= Work order =
Extract each line of the data and write it out again exactly.

= Raw data =
- - - -
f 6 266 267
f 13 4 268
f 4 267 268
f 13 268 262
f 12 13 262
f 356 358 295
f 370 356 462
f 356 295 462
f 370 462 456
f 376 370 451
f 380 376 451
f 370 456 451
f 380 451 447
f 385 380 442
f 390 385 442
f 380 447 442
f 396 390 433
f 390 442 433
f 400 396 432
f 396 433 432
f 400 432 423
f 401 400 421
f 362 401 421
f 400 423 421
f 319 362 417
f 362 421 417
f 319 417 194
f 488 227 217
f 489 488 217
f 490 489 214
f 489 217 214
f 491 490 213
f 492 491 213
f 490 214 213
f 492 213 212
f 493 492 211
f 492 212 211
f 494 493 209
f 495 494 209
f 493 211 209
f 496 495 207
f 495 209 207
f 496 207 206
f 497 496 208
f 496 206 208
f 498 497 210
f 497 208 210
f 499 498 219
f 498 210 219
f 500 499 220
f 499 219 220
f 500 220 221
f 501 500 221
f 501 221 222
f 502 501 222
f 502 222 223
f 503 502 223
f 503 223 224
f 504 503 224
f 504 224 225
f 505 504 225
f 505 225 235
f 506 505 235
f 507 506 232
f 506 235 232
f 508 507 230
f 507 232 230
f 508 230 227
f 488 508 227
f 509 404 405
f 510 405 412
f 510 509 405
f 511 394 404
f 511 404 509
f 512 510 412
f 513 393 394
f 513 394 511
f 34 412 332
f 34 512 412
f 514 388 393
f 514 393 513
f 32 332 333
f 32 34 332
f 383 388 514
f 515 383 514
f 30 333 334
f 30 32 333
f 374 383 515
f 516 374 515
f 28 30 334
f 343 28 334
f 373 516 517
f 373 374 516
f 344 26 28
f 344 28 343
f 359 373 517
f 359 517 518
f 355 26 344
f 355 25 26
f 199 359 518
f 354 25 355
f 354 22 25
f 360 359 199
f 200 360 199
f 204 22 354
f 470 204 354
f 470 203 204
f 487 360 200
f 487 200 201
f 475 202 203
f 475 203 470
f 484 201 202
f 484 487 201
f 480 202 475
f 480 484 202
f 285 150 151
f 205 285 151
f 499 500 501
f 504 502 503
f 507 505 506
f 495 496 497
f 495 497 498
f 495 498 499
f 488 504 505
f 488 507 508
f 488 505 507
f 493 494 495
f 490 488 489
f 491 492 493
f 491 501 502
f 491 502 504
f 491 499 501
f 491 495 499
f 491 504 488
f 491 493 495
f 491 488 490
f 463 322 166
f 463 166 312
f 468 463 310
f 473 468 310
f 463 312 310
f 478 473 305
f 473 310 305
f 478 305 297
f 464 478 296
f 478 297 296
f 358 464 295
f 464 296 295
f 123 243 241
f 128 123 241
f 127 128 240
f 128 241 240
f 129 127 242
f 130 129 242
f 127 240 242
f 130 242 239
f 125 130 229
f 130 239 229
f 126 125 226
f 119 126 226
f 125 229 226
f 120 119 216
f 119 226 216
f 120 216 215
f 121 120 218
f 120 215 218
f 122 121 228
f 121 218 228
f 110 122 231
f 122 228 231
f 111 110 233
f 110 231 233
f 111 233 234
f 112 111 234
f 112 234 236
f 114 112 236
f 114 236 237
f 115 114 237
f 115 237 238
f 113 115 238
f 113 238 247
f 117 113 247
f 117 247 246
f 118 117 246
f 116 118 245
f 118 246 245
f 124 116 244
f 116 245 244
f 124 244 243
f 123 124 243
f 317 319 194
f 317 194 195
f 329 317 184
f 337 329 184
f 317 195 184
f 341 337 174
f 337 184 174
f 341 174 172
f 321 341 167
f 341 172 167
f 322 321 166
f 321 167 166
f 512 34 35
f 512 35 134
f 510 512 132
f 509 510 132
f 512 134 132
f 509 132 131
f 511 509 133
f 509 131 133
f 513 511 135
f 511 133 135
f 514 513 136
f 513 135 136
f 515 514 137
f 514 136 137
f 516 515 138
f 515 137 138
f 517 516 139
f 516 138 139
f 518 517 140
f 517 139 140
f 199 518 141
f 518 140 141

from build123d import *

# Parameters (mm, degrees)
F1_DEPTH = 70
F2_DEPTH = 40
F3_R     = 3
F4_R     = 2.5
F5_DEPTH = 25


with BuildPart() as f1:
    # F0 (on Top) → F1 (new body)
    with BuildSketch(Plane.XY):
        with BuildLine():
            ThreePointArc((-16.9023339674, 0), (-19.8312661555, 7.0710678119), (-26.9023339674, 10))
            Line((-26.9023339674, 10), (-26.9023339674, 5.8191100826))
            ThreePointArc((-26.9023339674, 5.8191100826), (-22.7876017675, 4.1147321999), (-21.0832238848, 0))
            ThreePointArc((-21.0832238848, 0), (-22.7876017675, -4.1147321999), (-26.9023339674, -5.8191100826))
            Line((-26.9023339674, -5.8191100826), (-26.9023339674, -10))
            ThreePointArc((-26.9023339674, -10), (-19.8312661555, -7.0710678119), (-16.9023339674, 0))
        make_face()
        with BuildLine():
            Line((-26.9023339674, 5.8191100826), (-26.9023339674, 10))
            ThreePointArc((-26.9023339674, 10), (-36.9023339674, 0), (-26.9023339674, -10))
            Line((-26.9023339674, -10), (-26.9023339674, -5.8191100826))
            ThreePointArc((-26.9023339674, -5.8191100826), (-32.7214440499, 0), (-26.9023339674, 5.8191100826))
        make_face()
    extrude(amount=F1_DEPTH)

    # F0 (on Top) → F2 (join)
- - - -
= Output =
f 6 266 267
f 13 4 268
f 4 267 268
f 13 268 262
f 12 13 262
f 356 358 295
f 370 356 462
f 356 295 462
f 370 462 456
f 376 370 451
f 380 376 451
f 370 456 451
f 380 451 447
f 385 380 442
f 390 385 442
f 380 447 442
f 396 390 433
f 390 442 433
f 400 396 432
f 396 433 432
f 400 432 423
f 401 400 421
f 362 401 421
f 400 423 421
f 319 362 417
f 362 421 417
f 319 417 194
f 488 227 217
f 489 488 217
f 490 489 214
f 489 217 214
f 491 490 213
f 492 491 213
f 490 214 213
f 492 213 212
f 493 492 211
f 492 212 211
f 494 493 209
f 495 494 209
f 493 211 209
f 496 495 207
f 495 209 207
f 496 207 206
f 497 496 208
f 496 206 208
f 498 497 210
f 497 208 210
f 499 498 219
f 498 210 219
f 500 499 220
f 499 219 220
f 500 220 221
f 501 500 221
f 501 221 222
f 502 501 222
f 502 222 223
f 503 502 223
f 503 223 224
f 504 503 224
f 504 224 225
f 505 504 225
f 505 225 235
f 506 505 235
f 507 506 232
f 506 235 232
f 508 507 230
f 507 232 230
f 508 230 227
f 488 508 227
f 509 404 405
f 510 405 412
f 510 509 405
f 511 394 404
f 511 404 509
f 512 510 412
f 513 393 394
f 513 394 511
f 34 412 332
f 34 512 412
f 514 388 393
f 514 393 513
f 32 332 333
f 32 34 332
f 383 388 514
f 515 383 514
f 30 333 334
f 30 32 333
f 374 383 515
f 516 374 515
f 28 30 334
f 343 28 334
f 373 516 517
f 373 374 516
f 344 26 28
f 344 28 343
f 359 373 517
f 359 517 518
f 355 26 344
f 355 25 26
f 199 359 518
f 354 25 355
f 354 22 25
f 360 359 199
f 200 360 199
f 204 22 354
f 470 204 354
f 470 203 204
f 487 360 200
f 487 200 201
f 475 202 203
f 475 203 470
f 484 201 202
f 484 487 201
f 480 202 475
f 480 484 202
f 285 150 151
f 205 285 151
f 499 500 501
f 504 502 503
f 507 505 506
f 495 496 497
f 495 497 498
f 495 498 499
f 488 504 505
f 488 507 508
f 488 505 507
f 493 494 495
f 490 488 489
f 491 492 493
f 491 501 502
f 491 502 504
f 491 499 501
f 491 495 499
f 491 504 488
f 491 493 495
f 491 488 490
f 463 322 166
f 463 166 312
f 468 463 310
f 473 468 310
f 463 312 310
f 478 473 305
f 473 310 305
f 478 305 297
f 464 478 296
f 478 297 296
f 358 464 295
f 464 296 295
f 123 243 241
f 128 123 241
f 127 128 240
f 128 241 240
f 129 127 242
f 130 129 242
f 127 240 242
f 130 242 239
f 125 130 229
f 130 239 229
f 126 125 226
f 119 126 226
f 125 229 226
f 120 119 216
f 119 226 216
f 120 216 215
f 121 120 218
f 120 215 218
f 122 121 228
f 121 218 228
f 110 122 231
f 122 228 231
f 111 110 233
f 110 231 233
f 111 233 234
f 112 111 234
f 112 234 236
f 114 112 236
f 114 236 237
f 115 114 237
f 115 237 238
f 113 115 238
f 113 238 247
f 117 113 247
f 117 247 246
f 118 117 246
f 116 118 245
f 118 246 245
f 124 116 244
f 116 245 244
f 124 244 243
f 123 124 243
f 317 319 194
f 317 194 195
f 329 317 184
f 337 329 184
f 317 195 184
f 341 337 174
f 337 184 174
f 341 174 172
f 321 341 167
f 341 172 167
f 322 321 166
f 321 167 166
f 512 34 35
f 512 35 134
f 510 512 132
f 509 510 132
f 512 134 132
f 509 132 131
f 511 509 133
f 509 131 133
f 513 511 135
f 511 133 135
f 514 513 136
f 513 135 136
f 515 514 137
f 514 136 137
f 516 515 138
f 515 137 138
f 517 516 139
f 516 138 139
f 518 517 140
f 517 139 140
f 199 518 141
f 518 140 141

from build123d import *

# Parameters (mm, degrees)
F1_DEPTH = 70
F2_DEPTH = 40
F3_R     = 3
F4_R     = 2.5
F5_DEPTH = 25


with BuildPart() as f1:
    # F0 (on Top) → F1 (new body)
    with BuildSketch(Plane.XY):
        with BuildLine():
            ThreePointArc((-16.9023339674, 0), (-19.8312661555, 7.0710678119), (-26.9023339674, 10))
            Line((-26.9023339674, 10), (-26.9023339674, 5.8191100826))
            ThreePointArc((-26.9023339674, 5.8191100826), (-22.7876017675, 4.1147321999), (-21.0832238848, 0))
            ThreePointArc((-21.0832238848, 0), (-22.7876017675, -4.1147321999), (-26.9023339674, -5.8191100826))
            Line((-26.9023339674, -5.8191100826), (-26.9023339674, -10))
            ThreePointArc((-26.9023339674, -10), (-19.8312661555, -7.0710678119), (-16.9023339674, 0))
        make_face()
        with BuildLine():
            Line((-26.9023339674, 5.8191100826), (-26.9023339674, 10))
            ThreePointArc((-26.9023339674, 10), (-36.9023339674, 0), (-26.9023339674, -10))
            Line((-26.9023339674, -10), (-26.9023339674, -5.8191100826))
            ThreePointArc((-26.9023339674, -5.8191100826), (-32.7214440499, 0), (-26.9023339674, 5.8191100826))
        make_face()
    extrude(amount=F1_DEPTH)

    # F0 (on Top) → F2 (join)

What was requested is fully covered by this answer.